JUSTIFICATIVA E OBJETIVOS:

O uso cada vez mais disseminado dos canabinoides no controle da dor aguda e crônica gera uma necessidade urgente do estudo de como os canabinoides agem nos receptores CB1 e CB2 e quais seus efeitos no organismo. É importante entender a diferença de ação entre os canabinoides naturais (canabidiol, delta 9-tetrahidrocanabinol, canabigerol, canabinol, terpenos) e os sintéticos, para que a escolha adequada seja realizada em cada caso, sendo que dependendo da fisiopatologia da dor é mais indicado um ou outro ativo.

CONTEÚDO:

Foram analisados estudos coletados na Pubmed, Cochrane Library e Web of Science. Os estudos se concentram em canabinoides naturais (canabidiol, delta 9-tetrahidrocanabinol, canabigerol, canabinoil, terpenos) e canabinoides sintéticos no uso para o tratamento da dor crônica, sua ação no sistema endocanabinoide através da ativação do receptor CB1 e CB2 e seu efeito após ativar esse receptor, visando compilar qual canabinoide é mais indicado no tratamento da patologia álgica.

CONCLUSÃO:

O assunto ainda requer muito estudo e diariamente novos artigos vem sendo publicados. A análise dos estudos deve ser realizada com critério para avaliar sua seriedade.
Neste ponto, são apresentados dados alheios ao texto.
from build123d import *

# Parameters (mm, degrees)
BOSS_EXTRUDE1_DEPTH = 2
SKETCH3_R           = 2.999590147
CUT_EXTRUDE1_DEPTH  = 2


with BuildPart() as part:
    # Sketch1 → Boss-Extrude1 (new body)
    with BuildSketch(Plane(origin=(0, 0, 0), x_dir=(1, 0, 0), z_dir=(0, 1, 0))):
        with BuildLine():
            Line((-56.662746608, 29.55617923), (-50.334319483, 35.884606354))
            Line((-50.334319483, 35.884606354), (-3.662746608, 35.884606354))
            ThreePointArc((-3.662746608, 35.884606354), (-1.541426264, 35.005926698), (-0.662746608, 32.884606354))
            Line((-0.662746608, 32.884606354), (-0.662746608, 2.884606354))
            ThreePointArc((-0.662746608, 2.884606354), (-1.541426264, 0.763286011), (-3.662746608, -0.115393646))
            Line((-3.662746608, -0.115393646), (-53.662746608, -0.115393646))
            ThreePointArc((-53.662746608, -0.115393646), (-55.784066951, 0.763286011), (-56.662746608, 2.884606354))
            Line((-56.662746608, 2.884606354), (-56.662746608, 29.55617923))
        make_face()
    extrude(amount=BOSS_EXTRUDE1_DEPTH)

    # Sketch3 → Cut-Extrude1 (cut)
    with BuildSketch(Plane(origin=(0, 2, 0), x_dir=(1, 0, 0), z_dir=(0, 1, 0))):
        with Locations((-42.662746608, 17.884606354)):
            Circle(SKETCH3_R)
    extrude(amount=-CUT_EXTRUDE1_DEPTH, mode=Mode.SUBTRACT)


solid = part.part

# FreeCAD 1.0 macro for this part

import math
import FreeCAD as App
import Part
import Sketcher
from FreeCAD import Vector
Q = App.Units.Quantity

doc = App.newDocument("Part")
body = doc.addObject("PartDesign::Body", "Body")

sketch1 = body.newObject("Sketcher::SketchObject", "Sketch")
sketch1.AttachmentSupport = (doc.getObject("XZ_Plane"), [""])
sketch1.MapMode = "FlatFace"
sketch1.addGeometry(Part.LineSegment(Vector(-50.3, -35.9, 0), Vector(-56.7, -29.6, 0)), False)
sketch1.addGeometry(Part.LineSegment(Vector(-56.7, -29.6, 0), Vector(-56.7, -2.9, 0)), False)
sketch1.addGeometry(Part.ArcOfCircle(Part.Circle(Vector(-53.7, -2.9, 0), Vector(0, 0, 1), 3), math.radians(90), math.radians(180)), False)
sketch1.addGeometry(Part.LineSegment(Vector(-53.7, 0.1, 0), Vector(-3.7, 0.1, 0)), False)
sketch1.addGeometry(Part.ArcOfCircle(Part.Circle(Vector(-3.7, -2.9, 0), Vector(0, 0, 1), 3), math.radians(0), math.radians(90)), False)
sketch1.addGeometry(Part.LineSegment(Vector(-0.7, -2.9, 0), Vector(-0.7, -32.9, 0)), False)
sketch1.addGeometry(Part.ArcOfCircle(Part.Circle(Vector(-3.7, -32.9, 0), Vector(0, 0, 1), 3), math.radians(-90), math.radians(0)), False)
sketch1.addGeometry(Part.LineSegment(Vector(-3.7, -35.9, 0), Vector(-50.3, -35.9, 0)), False)
sketch1.addConstraint(Sketcher.Constraint("Coincident", 0, 2, 1, 1))
sketch1.addConstraint(Sketcher.Constraint("Tangent", 1, 2, 2, 2))
sketch1.addConstraint(Sketcher.Constraint("Tangent", 2, 1, 3, 1))
sketch1.addConstraint(Sketcher.Constraint("Tangent", 3, 2, 4, 2))
sketch1.addConstraint(Sketcher.Constraint("Tangent", 4, 1, 5, 1))
sketch1.addConstraint(Sketcher.Constraint("Tangent", 5, 2, 6, 2))
sketch1.addConstraint(Sketcher.Constraint("Tangent", 6, 1, 7, 1))
sketch1.addConstraint(Sketcher.Constraint("Coincident", 7, 2, 0, 1))
sketch1.addConstraint(Sketcher.Constraint("Vertical", 1))
sketch1.addConstraint(Sketcher.Constraint("Horizontal", 3))
sketch1.addConstraint(Sketcher.Constraint("Vertical", 5))
sketch1.addConstraint(Sketcher.Constraint("Horizontal", 7))
sketch1.addConstraint(Sketcher.Constraint("Equal", 2, 4))
sketch1.addConstraint(Sketcher.Constraint("Equal", 4, 6))
sketch1.addConstraint(Sketcher.Constraint("Radius", 2, Q("3 mm")))
sketch1.addConstraint(Sketcher.Constraint("DistanceX", 3, 1, 3, 2, Q("50 mm")))
sketch1.addConstraint(Sketcher.Constraint("DistanceY", 5, 2, 5, 1, Q("30 mm")))
sketch1.addConstraint(Sketcher.Constraint("Angle", 0, Q("135 deg")))
sketch1.addConstraint(Sketcher.Constraint("DistanceX", 7, 2, 7, 1, Q("46.671573 mm")))
sketch1.addConstraint(Sketcher.Constraint("DistanceY", 0, 2, -1, 1, Q("29.556179 mm")))
sketch1.addConstraint(Sketcher.Constraint("DistanceX", 7, 2, -1, 1, Q("50.334319 mm")))
pad1 = body.newObject("PartDesign::Pad", "Pad")
pad1.Profile = sketch1
pad1.Length = 2
pad1.Reversed = True

sketch2 = body.newObject("Sketcher::SketchObject", "Sketch001")
sketch2.AttachmentSupport = (doc.getObject("XZ_Plane"), [""])
sketch2.MapMode = "FlatFace"
sketch2.AttachmentOffset = App.Placement(Vector(0, 0, -2), App.Rotation())
sketch2.addGeometry(Part.Circle(Vector(-42.7, -17.9, 0), Vector(0, 0, 1), 3), False)
sketch2.addConstraint(Sketcher.Constraint("Diameter", 0, Q("5.99918 mm")))
sketch2.addConstraint(Sketcher.Constraint("DistanceX", 0, 3, -1, 1, Q("42.662747 mm")))
sketch2.addConstraint(Sketcher.Constraint("DistanceY", 0, 3, -1, 1, Q("17.884606 mm")))
pocket1 = body.newObject("PartDesign::Pocket", "Pocket")
pocket1.Profile = sketch2
pocket1.Length = 2
pocket1.Reversed = True

doc.recompute()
O sistema endocanabinoide está intimamente ligado ao tratamento da dor crônica e alguns canabinoides como: canabidiol, delta 9-tetrahidrocanabinol, canabigerol, canabinoil, assim como alguns terpenos já são considerados importantes no tratamento da dor crônica inferindo efeito poupador de opioides, anticonvulsivantes, antidepressivos entre outros.

Descritores:
Canabidiol; Canabigerol; Canabinoides sintéticos; Delta 9-tetrahidrocanabinol; Dor crônica; Terpenos; Tratamento dor crônica com cannabis medicinal

ABSTRACT

BACKGROUND AND OBJECTIVES:

The increasingly widespread use of cannabinoids in the management of acute and chronic pain generates an urgent need to study how cannabinoids act on CB1 and CB2 receptors and what their effects are on the organism. It is important to understand the difference in action between natural cannabinoids (cannabidiol, delta 9-tetrahydrocannabinol, cannabigerol, cannabinoil, terpenes) and synthetic ones, so that the appropriate choice is made in each case, and depending on the pathophysiology of pain, one or the other active is more indicated.

CONTENTS:

Studies collected in the Pubmed, Cochrane Library and Web of Science databases were analyzed. These studies focus were on natural cannabinoids (cannabidiol, delta 9-tetrahydrocannabinol, cannabigerol, cannabinoil, terpenes) and synthetic cannabinoids in the use for the treatment of chronic pain, their action on the endocannabinoid system through the activation of the CB1 and CB2 receptor and their effect after activating this receptor, aiming to compile which cannabinoid is more indicated in the treatment of pain pathology.

CONCLUSION:

The subject still requires much study and new articles are being published daily. The analysis of the studies must be carried out with criteria to evaluate their seriousness. The endocannabinoid system is closely linked to the treatment of chronic pain and some cannabinoids such as: cannabidiol, delta 9-tetrahydrocannabinol, cannabigerol, cannabinoil, as well as some terpenes are already considered important in the treatment of chronic pain inferring sparing effect of opioids, anticonvulsants, antidepressants among others.

Keywords:
Cannabidiol; Cannabigerol; Chronic pain; Chronic pain treatment with medical cannabis; Delta 9-tetrahydrocannabinol; Synthetic cannabinoids; Terpenes

INTRODUÇÃO

O entendimento do sistema endocanabinoide (SEC), seus receptores e suas funções na manutenção da homeostase do ser humano vem permitindo sua utilização em diversas doenças. O uso da cannabis medicinal cresce a cada nova descoberta em relação a novos componentes e aos benefícios desta fascinante planta e ao estudo de sua ação no corpo humano. Os diferentes canabinoides se ligam aos receptores endocanabinoides de diferentes maneiras e produzem efeitos fisiológicos distintos.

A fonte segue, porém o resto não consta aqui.